Problem details ->
Below are the entries to work from; restate word for word the portion that opens with the line containing "face CYL(AX(P(-31.5,0,8),D(0,0,-1),D(-1,0,0)),8) rev" and closes with the line containing "FreeCAD Python script", keeping both.

Given records ->
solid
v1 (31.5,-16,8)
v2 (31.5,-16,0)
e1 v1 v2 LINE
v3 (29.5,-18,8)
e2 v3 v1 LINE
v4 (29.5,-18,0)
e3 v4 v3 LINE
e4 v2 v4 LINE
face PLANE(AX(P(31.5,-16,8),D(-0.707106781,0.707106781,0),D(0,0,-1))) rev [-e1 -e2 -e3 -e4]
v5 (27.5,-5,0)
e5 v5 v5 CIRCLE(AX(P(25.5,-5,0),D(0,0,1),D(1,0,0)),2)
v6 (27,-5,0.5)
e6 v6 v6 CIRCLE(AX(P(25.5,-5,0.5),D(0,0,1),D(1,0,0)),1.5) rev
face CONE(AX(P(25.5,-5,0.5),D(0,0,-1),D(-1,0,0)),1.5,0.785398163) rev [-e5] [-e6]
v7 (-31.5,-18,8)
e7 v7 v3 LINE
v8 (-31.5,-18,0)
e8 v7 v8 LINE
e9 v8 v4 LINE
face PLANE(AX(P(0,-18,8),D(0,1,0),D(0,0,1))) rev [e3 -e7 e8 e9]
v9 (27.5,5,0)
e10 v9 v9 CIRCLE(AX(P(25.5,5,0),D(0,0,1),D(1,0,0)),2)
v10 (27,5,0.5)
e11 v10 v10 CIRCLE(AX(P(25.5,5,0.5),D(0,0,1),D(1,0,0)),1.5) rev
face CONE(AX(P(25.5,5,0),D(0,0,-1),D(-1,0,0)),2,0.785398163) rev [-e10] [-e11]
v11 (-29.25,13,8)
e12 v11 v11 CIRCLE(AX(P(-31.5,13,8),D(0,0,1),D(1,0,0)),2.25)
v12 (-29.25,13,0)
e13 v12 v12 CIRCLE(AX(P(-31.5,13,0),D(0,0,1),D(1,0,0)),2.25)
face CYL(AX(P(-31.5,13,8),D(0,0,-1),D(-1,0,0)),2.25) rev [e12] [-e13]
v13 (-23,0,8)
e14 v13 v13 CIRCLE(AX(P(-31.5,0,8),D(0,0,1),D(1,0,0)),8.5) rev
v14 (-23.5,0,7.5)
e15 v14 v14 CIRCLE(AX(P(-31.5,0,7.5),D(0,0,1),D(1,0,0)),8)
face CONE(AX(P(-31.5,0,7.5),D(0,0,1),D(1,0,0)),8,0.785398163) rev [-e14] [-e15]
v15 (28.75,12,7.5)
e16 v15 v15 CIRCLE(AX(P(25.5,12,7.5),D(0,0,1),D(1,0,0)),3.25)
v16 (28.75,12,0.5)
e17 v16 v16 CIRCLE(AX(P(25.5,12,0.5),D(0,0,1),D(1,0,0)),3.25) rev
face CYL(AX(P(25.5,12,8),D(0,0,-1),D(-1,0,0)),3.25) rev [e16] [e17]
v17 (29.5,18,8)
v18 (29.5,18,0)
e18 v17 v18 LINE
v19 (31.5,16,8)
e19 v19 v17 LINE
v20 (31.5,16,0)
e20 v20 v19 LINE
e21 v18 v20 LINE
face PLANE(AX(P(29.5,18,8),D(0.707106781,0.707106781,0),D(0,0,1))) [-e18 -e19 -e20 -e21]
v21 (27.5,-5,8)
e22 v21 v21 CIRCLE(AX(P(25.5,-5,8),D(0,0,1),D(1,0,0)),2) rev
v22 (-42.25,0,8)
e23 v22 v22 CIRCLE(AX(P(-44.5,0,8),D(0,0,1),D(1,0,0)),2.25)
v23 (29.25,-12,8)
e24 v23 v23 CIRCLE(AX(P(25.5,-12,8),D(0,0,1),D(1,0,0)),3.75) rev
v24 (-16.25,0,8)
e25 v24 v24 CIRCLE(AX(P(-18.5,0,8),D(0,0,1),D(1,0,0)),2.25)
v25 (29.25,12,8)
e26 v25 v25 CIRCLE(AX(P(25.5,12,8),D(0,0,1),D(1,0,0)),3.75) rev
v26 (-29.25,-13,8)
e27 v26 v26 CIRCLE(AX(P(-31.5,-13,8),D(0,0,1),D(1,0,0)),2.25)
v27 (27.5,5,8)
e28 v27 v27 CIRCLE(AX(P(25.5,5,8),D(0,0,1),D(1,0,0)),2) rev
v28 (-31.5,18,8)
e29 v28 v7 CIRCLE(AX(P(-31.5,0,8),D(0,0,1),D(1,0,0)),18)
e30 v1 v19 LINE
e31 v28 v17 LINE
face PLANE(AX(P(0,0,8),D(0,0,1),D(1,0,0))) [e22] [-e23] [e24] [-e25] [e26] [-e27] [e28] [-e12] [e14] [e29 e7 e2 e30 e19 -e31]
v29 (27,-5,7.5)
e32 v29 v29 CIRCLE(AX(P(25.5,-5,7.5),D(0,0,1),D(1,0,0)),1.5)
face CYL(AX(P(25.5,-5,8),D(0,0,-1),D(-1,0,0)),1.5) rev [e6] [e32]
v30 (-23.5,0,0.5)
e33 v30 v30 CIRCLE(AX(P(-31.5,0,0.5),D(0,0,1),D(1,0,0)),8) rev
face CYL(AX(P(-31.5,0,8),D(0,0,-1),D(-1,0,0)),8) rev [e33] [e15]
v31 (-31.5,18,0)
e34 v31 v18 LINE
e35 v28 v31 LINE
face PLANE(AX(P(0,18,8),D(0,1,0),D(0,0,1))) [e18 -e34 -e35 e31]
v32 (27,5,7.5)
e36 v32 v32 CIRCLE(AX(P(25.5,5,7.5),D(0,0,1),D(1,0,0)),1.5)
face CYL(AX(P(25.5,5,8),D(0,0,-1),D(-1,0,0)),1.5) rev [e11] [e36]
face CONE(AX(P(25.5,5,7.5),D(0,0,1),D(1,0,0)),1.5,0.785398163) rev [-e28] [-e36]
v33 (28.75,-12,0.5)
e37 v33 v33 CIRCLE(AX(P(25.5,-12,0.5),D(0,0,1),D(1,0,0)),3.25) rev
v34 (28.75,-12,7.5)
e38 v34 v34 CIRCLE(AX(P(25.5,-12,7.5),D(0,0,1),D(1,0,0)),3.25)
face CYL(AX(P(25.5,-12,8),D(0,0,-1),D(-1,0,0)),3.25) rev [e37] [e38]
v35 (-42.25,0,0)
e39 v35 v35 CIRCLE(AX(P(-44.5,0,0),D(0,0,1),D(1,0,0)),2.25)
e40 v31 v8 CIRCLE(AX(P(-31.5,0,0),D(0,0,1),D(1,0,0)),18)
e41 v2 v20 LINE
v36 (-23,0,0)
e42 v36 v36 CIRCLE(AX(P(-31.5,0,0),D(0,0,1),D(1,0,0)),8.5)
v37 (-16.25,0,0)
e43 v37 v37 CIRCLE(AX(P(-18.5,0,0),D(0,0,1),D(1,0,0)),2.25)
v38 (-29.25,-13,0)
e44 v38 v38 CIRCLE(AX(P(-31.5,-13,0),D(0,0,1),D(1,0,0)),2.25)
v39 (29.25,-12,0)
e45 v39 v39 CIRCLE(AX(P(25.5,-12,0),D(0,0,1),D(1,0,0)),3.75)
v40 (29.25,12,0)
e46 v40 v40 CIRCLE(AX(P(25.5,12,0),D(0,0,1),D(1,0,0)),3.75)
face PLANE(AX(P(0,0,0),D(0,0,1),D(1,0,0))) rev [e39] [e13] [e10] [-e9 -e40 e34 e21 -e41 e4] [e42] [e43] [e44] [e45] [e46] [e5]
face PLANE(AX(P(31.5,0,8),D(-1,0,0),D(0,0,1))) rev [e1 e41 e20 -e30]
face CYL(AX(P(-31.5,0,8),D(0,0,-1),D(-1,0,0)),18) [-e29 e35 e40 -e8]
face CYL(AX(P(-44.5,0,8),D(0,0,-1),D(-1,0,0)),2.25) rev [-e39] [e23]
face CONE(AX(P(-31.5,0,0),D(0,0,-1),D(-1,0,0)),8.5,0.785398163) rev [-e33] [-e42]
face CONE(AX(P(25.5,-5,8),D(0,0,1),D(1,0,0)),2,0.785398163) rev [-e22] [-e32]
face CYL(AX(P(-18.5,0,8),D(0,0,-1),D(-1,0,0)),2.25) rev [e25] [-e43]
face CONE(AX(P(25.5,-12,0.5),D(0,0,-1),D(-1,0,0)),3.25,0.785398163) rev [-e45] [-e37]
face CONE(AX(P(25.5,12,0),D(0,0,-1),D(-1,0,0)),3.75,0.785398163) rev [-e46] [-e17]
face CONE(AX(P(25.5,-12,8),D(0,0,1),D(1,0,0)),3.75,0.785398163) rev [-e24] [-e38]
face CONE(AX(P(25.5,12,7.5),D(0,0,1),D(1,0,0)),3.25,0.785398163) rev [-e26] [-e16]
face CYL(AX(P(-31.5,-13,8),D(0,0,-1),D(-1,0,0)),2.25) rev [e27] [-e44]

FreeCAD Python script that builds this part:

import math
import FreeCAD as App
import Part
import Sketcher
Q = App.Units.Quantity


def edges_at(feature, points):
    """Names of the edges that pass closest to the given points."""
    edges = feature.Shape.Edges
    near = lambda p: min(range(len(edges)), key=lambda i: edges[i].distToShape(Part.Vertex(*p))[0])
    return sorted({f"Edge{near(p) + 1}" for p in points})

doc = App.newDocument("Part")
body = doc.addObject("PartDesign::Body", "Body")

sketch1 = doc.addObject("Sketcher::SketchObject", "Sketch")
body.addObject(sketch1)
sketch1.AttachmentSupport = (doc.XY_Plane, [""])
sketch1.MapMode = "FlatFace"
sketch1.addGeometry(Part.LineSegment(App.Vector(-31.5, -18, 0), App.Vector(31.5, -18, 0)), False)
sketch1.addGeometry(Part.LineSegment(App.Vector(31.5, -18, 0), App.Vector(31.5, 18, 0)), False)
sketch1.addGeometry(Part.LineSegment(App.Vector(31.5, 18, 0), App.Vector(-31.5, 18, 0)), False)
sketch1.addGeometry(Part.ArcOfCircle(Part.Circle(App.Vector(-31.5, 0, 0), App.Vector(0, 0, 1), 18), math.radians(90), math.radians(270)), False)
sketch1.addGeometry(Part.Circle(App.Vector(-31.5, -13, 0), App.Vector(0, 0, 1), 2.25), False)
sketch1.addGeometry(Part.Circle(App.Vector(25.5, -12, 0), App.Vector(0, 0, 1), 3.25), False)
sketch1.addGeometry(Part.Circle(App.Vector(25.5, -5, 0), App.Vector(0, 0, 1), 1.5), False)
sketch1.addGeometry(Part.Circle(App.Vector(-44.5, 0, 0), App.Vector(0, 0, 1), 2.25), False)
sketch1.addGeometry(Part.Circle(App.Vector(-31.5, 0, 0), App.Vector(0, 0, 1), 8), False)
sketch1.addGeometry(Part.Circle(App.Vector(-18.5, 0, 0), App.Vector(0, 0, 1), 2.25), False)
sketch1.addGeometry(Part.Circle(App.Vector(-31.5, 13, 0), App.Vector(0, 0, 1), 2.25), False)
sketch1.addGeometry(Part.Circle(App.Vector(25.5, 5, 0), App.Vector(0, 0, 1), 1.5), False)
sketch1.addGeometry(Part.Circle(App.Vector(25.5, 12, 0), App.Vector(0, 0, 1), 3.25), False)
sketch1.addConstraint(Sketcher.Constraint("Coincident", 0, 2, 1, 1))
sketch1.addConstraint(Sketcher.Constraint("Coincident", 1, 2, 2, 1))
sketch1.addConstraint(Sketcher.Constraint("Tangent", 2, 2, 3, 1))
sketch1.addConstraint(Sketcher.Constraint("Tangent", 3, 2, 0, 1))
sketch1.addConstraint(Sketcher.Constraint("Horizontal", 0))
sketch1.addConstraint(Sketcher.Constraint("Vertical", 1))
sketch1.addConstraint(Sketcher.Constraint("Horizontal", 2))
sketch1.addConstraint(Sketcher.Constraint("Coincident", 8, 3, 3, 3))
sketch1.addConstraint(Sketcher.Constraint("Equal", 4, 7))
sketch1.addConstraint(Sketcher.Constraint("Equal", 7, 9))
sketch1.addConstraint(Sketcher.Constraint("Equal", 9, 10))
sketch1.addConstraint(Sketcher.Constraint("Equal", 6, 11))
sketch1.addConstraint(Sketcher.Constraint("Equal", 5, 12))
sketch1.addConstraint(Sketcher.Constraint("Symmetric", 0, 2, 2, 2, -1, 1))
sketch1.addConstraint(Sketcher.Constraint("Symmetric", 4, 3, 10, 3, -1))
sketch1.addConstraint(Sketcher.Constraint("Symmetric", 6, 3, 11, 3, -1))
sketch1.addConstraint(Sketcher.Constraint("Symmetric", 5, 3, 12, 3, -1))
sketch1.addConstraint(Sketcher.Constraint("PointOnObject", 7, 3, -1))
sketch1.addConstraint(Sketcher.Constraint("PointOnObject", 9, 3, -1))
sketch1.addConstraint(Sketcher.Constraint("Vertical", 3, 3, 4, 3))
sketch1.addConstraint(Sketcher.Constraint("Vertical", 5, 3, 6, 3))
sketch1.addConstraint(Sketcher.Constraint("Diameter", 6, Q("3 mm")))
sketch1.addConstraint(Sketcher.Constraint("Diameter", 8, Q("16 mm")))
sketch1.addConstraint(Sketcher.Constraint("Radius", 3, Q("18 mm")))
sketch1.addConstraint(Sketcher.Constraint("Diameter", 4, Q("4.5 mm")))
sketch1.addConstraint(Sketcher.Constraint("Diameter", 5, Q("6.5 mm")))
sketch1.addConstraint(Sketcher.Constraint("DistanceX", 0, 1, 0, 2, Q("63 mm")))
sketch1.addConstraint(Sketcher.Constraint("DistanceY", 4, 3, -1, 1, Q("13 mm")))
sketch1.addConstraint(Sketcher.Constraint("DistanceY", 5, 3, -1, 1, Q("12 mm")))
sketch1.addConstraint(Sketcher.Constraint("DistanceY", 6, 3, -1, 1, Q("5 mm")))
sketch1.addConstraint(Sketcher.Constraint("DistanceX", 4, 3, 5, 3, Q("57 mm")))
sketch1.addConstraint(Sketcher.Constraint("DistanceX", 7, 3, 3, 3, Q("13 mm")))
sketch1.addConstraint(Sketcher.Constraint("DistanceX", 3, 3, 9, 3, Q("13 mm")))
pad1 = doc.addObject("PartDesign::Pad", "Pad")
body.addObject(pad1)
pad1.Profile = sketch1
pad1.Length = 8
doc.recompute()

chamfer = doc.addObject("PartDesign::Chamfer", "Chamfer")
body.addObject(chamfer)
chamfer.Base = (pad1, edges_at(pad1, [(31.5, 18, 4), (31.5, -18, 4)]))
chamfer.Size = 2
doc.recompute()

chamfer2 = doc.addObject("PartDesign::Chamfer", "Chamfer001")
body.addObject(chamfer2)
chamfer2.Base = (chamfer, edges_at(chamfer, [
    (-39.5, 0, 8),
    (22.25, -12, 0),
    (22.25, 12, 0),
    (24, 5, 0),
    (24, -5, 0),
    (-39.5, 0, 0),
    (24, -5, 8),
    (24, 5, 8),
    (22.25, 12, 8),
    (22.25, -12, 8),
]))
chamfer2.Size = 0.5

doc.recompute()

Exercise result ->
face CYL(AX(P(-31.5,0,8),D(0,0,-1),D(-1,0,0)),8) rev [e33] [e15]
v31 (-31.5,18,0)
e34 v31 v18 LINE
e35 v28 v31 LINE
face PLANE(AX(P(0,18,8),D(0,1,0),D(0,0,1))) [e18 -e34 -e35 e31]
v32 (27,5,7.5)
e36 v32 v32 CIRCLE(AX(P(25.5,5,7.5),D(0,0,1),D(1,0,0)),1.5)
face CYL(AX(P(25.5,5,8),D(0,0,-1),D(-1,0,0)),1.5) rev [e11] [e36]
face CONE(AX(P(25.5,5,7.5),D(0,0,1),D(1,0,0)),1.5,0.785398163) rev [-e28] [-e36]
v33 (28.75,-12,0.5)
e37 v33 v33 CIRCLE(AX(P(25.5,-12,0.5),D(0,0,1),D(1,0,0)),3.25) rev
v34 (28.75,-12,7.5)
e38 v34 v34 CIRCLE(AX(P(25.5,-12,7.5),D(0,0,1),D(1,0,0)),3.25)
face CYL(AX(P(25.5,-12,8),D(0,0,-1),D(-1,0,0)),3.25) rev [e37] [e38]
v35 (-42.25,0,0)
e39 v35 v35 CIRCLE(AX(P(-44.5,0,0),D(0,0,1),D(1,0,0)),2.25)
e40 v31 v8 CIRCLE(AX(P(-31.5,0,0),D(0,0,1),D(1,0,0)),18)
e41 v2 v20 LINE
v36 (-23,0,0)
e42 v36 v36 CIRCLE(AX(P(-31.5,0,0),D(0,0,1),D(1,0,0)),8.5)
v37 (-16.25,0,0)
e43 v37 v37 CIRCLE(AX(P(-18.5,0,0),D(0,0,1),D(1,0,0)),2.25)
v38 (-29.25,-13,0)
e44 v38 v38 CIRCLE(AX(P(-31.5,-13,0),D(0,0,1),D(1,0,0)),2.25)
v39 (29.25,-12,0)
e45 v39 v39 CIRCLE(AX(P(25.5,-12,0),D(0,0,1),D(1,0,0)),3.75)
v40 (29.25,12,0)
e46 v40 v40 CIRCLE(AX(P(25.5,12,0),D(0,0,1),D(1,0,0)),3.75)
face PLANE(AX(P(0,0,0),D(0,0,1),D(1,0,0))) rev [e39] [e13] [e10] [-e9 -e40 e34 e21 -e41 e4] [e42] [e43] [e44] [e45] [e46] [e5]
face PLANE(AX(P(31.5,0,8),D(-1,0,0),D(0,0,1))) rev [e1 e41 e20 -e30]
face CYL(AX(P(-31.5,0,8),D(0,0,-1),D(-1,0,0)),18) [-e29 e35 e40 -e8]
face CYL(AX(P(-44.5,0,8),D(0,0,-1),D(-1,0,0)),2.25) rev [-e39] [e23]
face CONE(AX(P(-31.5,0,0),D(0,0,-1),D(-1,0,0)),8.5,0.785398163) rev [-e33] [-e42]
face CONE(AX(P(25.5,-5,8),D(0,0,1),D(1,0,0)),2,0.785398163) rev [-e22] [-e32]
face CYL(AX(P(-18.5,0,8),D(0,0,-1),D(-1,0,0)),2.25) rev [e25] [-e43]
face CONE(AX(P(25.5,-12,0.5),D(0,0,-1),D(-1,0,0)),3.25,0.785398163) rev [-e45] [-e37]
face CONE(AX(P(25.5,12,0),D(0,0,-1),D(-1,0,0)),3.75,0.785398163) rev [-e46] [-e17]
face CONE(AX(P(25.5,-12,8),D(0,0,1),D(1,0,0)),3.75,0.785398163) rev [-e24] [-e38]
face CONE(AX(P(25.5,12,7.5),D(0,0,1),D(1,0,0)),3.25,0.785398163) rev [-e26] [-e16]
face CYL(AX(P(-31.5,-13,8),D(0,0,-1),D(-1,0,0)),2.25) rev [e27] [-e44]

FreeCAD Python script that builds this part:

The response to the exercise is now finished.